Chapters 10 and 11 are repetitious, but as the events are told and retold, different elements are emphasized, and clarity and conviction seem to grow in the retelling. In the original account Peter is puzzling over the vision of the animal banquet from heaven when Cornelius’ men arrive, and the Spirit says to him “get up, go down, and go with them without hesitation; for I have sent them.” When Peter retells it in chapter 11, he says “The Spirit told me to go with them and not to make a distinction between them and us.”
In the NRSV, Peter’s rhetorical question to the indignant Jewish believers in Jerusalem is “…who was I that I could hinder God”. James Boyce suggests that a more accurate translation would be: “…what powerdid I have to stand in the way of God?”
The answer to this is both; none – it is all God’s power and God’s activity, but also; plenty – you are a Jewish man in a fledgling faith community where maleness and Jewishness are privileged. I’m not saying that to criticise Peter, but to notice he uses the power he has to speak up for others.
Cornelius is also a man with plenty of power. Probably more social power than Peter, good standing, well respected even in Jewish circles, though not a full convert to Judaism. But he is the not the person giving an account of his faith, his experience of the God of Jesus Christ, the Spirit. At this stage he is so other and outer that he doesn’t have a platform to present his case.
All the more important that Peter uses the power he does have to give expression to the recent experience of this group of Gentiles. In time Gentiles can and will speak for themselves. But in the first instance, Peter uses his power to clear a path for their voices and experiences.

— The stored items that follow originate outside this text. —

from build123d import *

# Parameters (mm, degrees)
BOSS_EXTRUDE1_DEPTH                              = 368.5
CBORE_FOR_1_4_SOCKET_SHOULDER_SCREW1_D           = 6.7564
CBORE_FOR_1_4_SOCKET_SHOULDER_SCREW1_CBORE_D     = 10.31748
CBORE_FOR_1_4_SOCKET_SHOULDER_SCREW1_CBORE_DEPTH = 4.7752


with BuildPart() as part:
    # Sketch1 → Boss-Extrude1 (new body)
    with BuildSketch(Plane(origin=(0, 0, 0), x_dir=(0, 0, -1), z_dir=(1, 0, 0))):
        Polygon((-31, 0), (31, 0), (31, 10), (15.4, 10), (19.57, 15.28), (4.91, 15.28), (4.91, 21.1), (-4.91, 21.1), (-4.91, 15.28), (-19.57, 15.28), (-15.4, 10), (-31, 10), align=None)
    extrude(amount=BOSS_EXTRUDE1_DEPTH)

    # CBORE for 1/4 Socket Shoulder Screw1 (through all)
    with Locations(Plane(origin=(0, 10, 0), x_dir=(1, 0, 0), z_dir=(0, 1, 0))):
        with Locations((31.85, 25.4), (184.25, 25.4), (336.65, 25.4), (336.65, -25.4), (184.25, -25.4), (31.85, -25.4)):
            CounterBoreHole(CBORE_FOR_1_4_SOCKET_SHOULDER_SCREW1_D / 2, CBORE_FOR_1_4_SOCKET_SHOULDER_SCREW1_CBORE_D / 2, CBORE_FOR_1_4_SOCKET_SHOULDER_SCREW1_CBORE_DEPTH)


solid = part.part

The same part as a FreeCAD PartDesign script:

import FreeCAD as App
import Part
import Sketcher

V = App.Vector
Q = App.Units.Quantity


def add_polygon(sketch, points):
    """Adds a closed chain of lines whose ends are joined by coincident constraints."""
    first, n = sketch.GeometryCount, len(points)
    for a, b in zip(points, points[1:] + points[:1]):
        sketch.addGeometry(Part.LineSegment(App.Vector(*a, 0), App.Vector(*b, 0)), False)
    for i in range(n):
        sketch.addConstraint(Sketcher.Constraint("Coincident", first + i, 2, first + (i + 1) % n, 1))

doc = App.newDocument("Part")
body = doc.addObject("PartDesign::Body", "Body")

# Sketch on YZ plane
sketch1 = body.newObject("Sketcher::SketchObject", "Sketch")
sketch1.AttachmentSupport = (doc.getObject("YZ_Plane"), [""])
sketch1.MapMode = "FlatFace"
add_polygon(sketch1, [(0, 31), (0, -31), (10, -31), (10, -15), (15, -20), (15, -5), (21, -5), (21, 5), (15, 5), (15, 20), (10, 15), (10, 31)])  # lines 0-11
sketch1.addConstraint(Sketcher.Constraint("Vertical", 0))
sketch1.addConstraint(Sketcher.Constraint("Horizontal", 1))
sketch1.addConstraint(Sketcher.Constraint("Vertical", 2))
sketch1.addConstraint(Sketcher.Constraint("Vertical", 4))
sketch1.addConstraint(Sketcher.Constraint("Horizontal", 5))
sketch1.addConstraint(Sketcher.Constraint("Vertical", 6))
sketch1.addConstraint(Sketcher.Constraint("Horizontal", 7))
sketch1.addConstraint(Sketcher.Constraint("Vertical", 8))
sketch1.addConstraint(Sketcher.Constraint("Vertical", 10))
sketch1.addConstraint(Sketcher.Constraint("Horizontal", 11))
sketch1.addConstraint(Sketcher.Constraint("Symmetric", 0, 2, 11, 2, -1, 1))
sketch1.addConstraint(Sketcher.Constraint("Symmetric", 4, 2, 7, 2, -1))
sketch1.addConstraint(Sketcher.Constraint("Symmetric", 2, 2, 9, 2, -1))
sketch1.addConstraint(Sketcher.Constraint("Equal", 4, 8))
sketch1.addConstraint(Sketcher.Constraint("DistanceX", 1, 1, 1, 2, Q("10 mm")))
sketch1.addConstraint(Sketcher.Constraint("DistanceY", 0, 2, 0, 1, Q("62 mm")))
sketch1.addConstraint(Sketcher.Constraint("DistanceY", 2, 1, 2, 2, Q("15.6 mm")))
sketch1.addConstraint(Sketcher.Constraint("DistanceX", 5, 1, 5, 2, Q("5.82 mm")))
sketch1.addConstraint(Sketcher.Constraint("DistanceY", 4, 1, 4, 2, Q("14.66 mm")))
sketch1.addConstraint(Sketcher.Constraint("DistanceY", 6, 1, 6, 2, Q("9.82 mm")))
sketch1.addConstraint(Sketcher.Constraint("DistanceX", -1, 1, 5, 2, Q("21.1 mm")))
pad1 = body.newObject("PartDesign::Pad", "Pad")
pad1.Profile = sketch1
pad1.Length = 368.5

# Sketch on XZ plane
sketch2 = body.newObject("Sketcher::SketchObject", "Sketch001")
sketch2.AttachmentSupport = (doc.getObject("XZ_Plane"), [""])
sketch2.MapMode = "FlatFace"
sketch2.AttachmentOffset = App.Placement(V(0, 0, -10), App.Rotation())
sketch2.addGeometry(Part.Circle(V(31.9, -25.4, 0), V(0, 0, 1), 3.4), False)
sketch2.addGeometry(Part.Circle(V(184.2, -25.4, 0), V(0, 0, 1), 3.4), False)
sketch2.addGeometry(Part.Circle(V(336.6, -25.4, 0), V(0, 0, 1), 3.4), False)
sketch2.addGeometry(Part.Circle(V(336.6, 25.4, 0), V(0, 0, 1), 3.4), False)
sketch2.addGeometry(Part.Circle(V(184.2, 25.4, 0), V(0, 0, 1), 3.4), False)
sketch2.addGeometry(Part.Circle(V(31.9, 25.4, 0), V(0, 0, 1), 3.4), False)
sketch2.addConstraint(Sketcher.Constraint("Equal", 0, 1))
sketch2.addConstraint(Sketcher.Constraint("Equal", 1, 2))
sketch2.addConstraint(Sketcher.Constraint("Equal", 2, 3))
sketch2.addConstraint(Sketcher.Constraint("Equal", 3, 4))
sketch2.addConstraint(Sketcher.Constraint("Equal", 4, 5))
sketch2.addConstraint(Sketcher.Constraint("Symmetric", 2, 3, 3, 3, -1))
sketch2.addConstraint(Sketcher.Constraint("Symmetric", 1, 3, 4, 3, -1))
sketch2.addConstraint(Sketcher.Constraint("Symmetric", 0, 3, 5, 3, -1))
sketch2.addConstraint(Sketcher.Constraint("Horizontal", 0, 3, 1, 3))
sketch2.addConstraint(Sketcher.Constraint("Horizontal", 1, 3, 2, 3))
sketch2.addConstraint(Sketcher.Constraint("Diameter", 0, Q("6.7564 mm")))
sketch2.addConstraint(Sketcher.Constraint("DistanceY", 0, 3, -1, 1, Q("25.4 mm")))
sketch2.addConstraint(Sketcher.Constraint("DistanceX", 0, 3, 1, 3, Q("152.4 mm")))
sketch2.addConstraint(Sketcher.Constraint("DistanceX", 1, 3, 2, 3, Q("152.4 mm")))
sketch2.addConstraint(Sketcher.Constraint("DistanceX", -1, 1, 0, 3, Q("31.85 mm")))
doc.recompute()
hole = body.newObject("PartDesign::Hole", "Hole")
hole.Profile = sketch2
hole.ThreadType = "None"
hole.Diameter = 6.7564
hole.DepthType = "ThroughAll"
hole.HoleCutType = "Counterbore"
hole.HoleCutDiameter = 10.31748
hole.HoleCutDepth = 4.7752
hole.Reversed = True

doc.recompute()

Because experience is critical to this story.
Peter is capable of arguing a theological case. But he doesn’t. He recounts his experience. “This is what happened. This is what I realised.”
Our B4NP podcast discussion group has noticed how often people discussing their unpacking of the bible and what it means in their faith talk about the importance of experience.
Richard Rohr, from a Catholic tradition, said we move forward on a tricycle of faith, and needing three sturdy wheels – tradition, scripture, and experience – and experience is the front wheel. The gift of faith comes through experience first.
And Rachel Held Evans, from an evangelical protestant tradition, commented: “None of us leave ourselves at the door when we come to read the bible.”
Like me, you might be more familiar with a faith background where absolute truth and subjective experience are pitted against each other, with truth being good and trustworthy and experience being flakey and unreliable (and often the domain of hysterical women). We’ve seen some horrific citing of bible and truth coming out of the states in the last week or so.
But Peter has no doubt that experience must be shared, heard, acknowledged.
So what I’m trying on for size, wondering about with my faith community, as a measure of who gets to hold boundaries and who gets to challenge them; who gets to demand to join the conversation and who gets to decide to allow or deny, is this:
Anyone is welcome to have a stance. To hold a boundary or to push it. But they have to own the experience that brings them to hold or push that boundary.
In this way we can be together, with different opinions, desiring different outcomes; with the equal footing of experience. If you want to oppress and repress you have to own that, not blame it on an external authority – how has your experience of God convinced you of this boundary? And if you want to shift and move, own that too. How has your experience of God convinced you this boundary must shift?
Mitzi Smith, a womanist biblical scholar comments regarding this text “God will disrupt and interrupt the boundaries humans construct.”
God, here at least, does so by giving people an experience, and then a witness to an experience, of another way of being.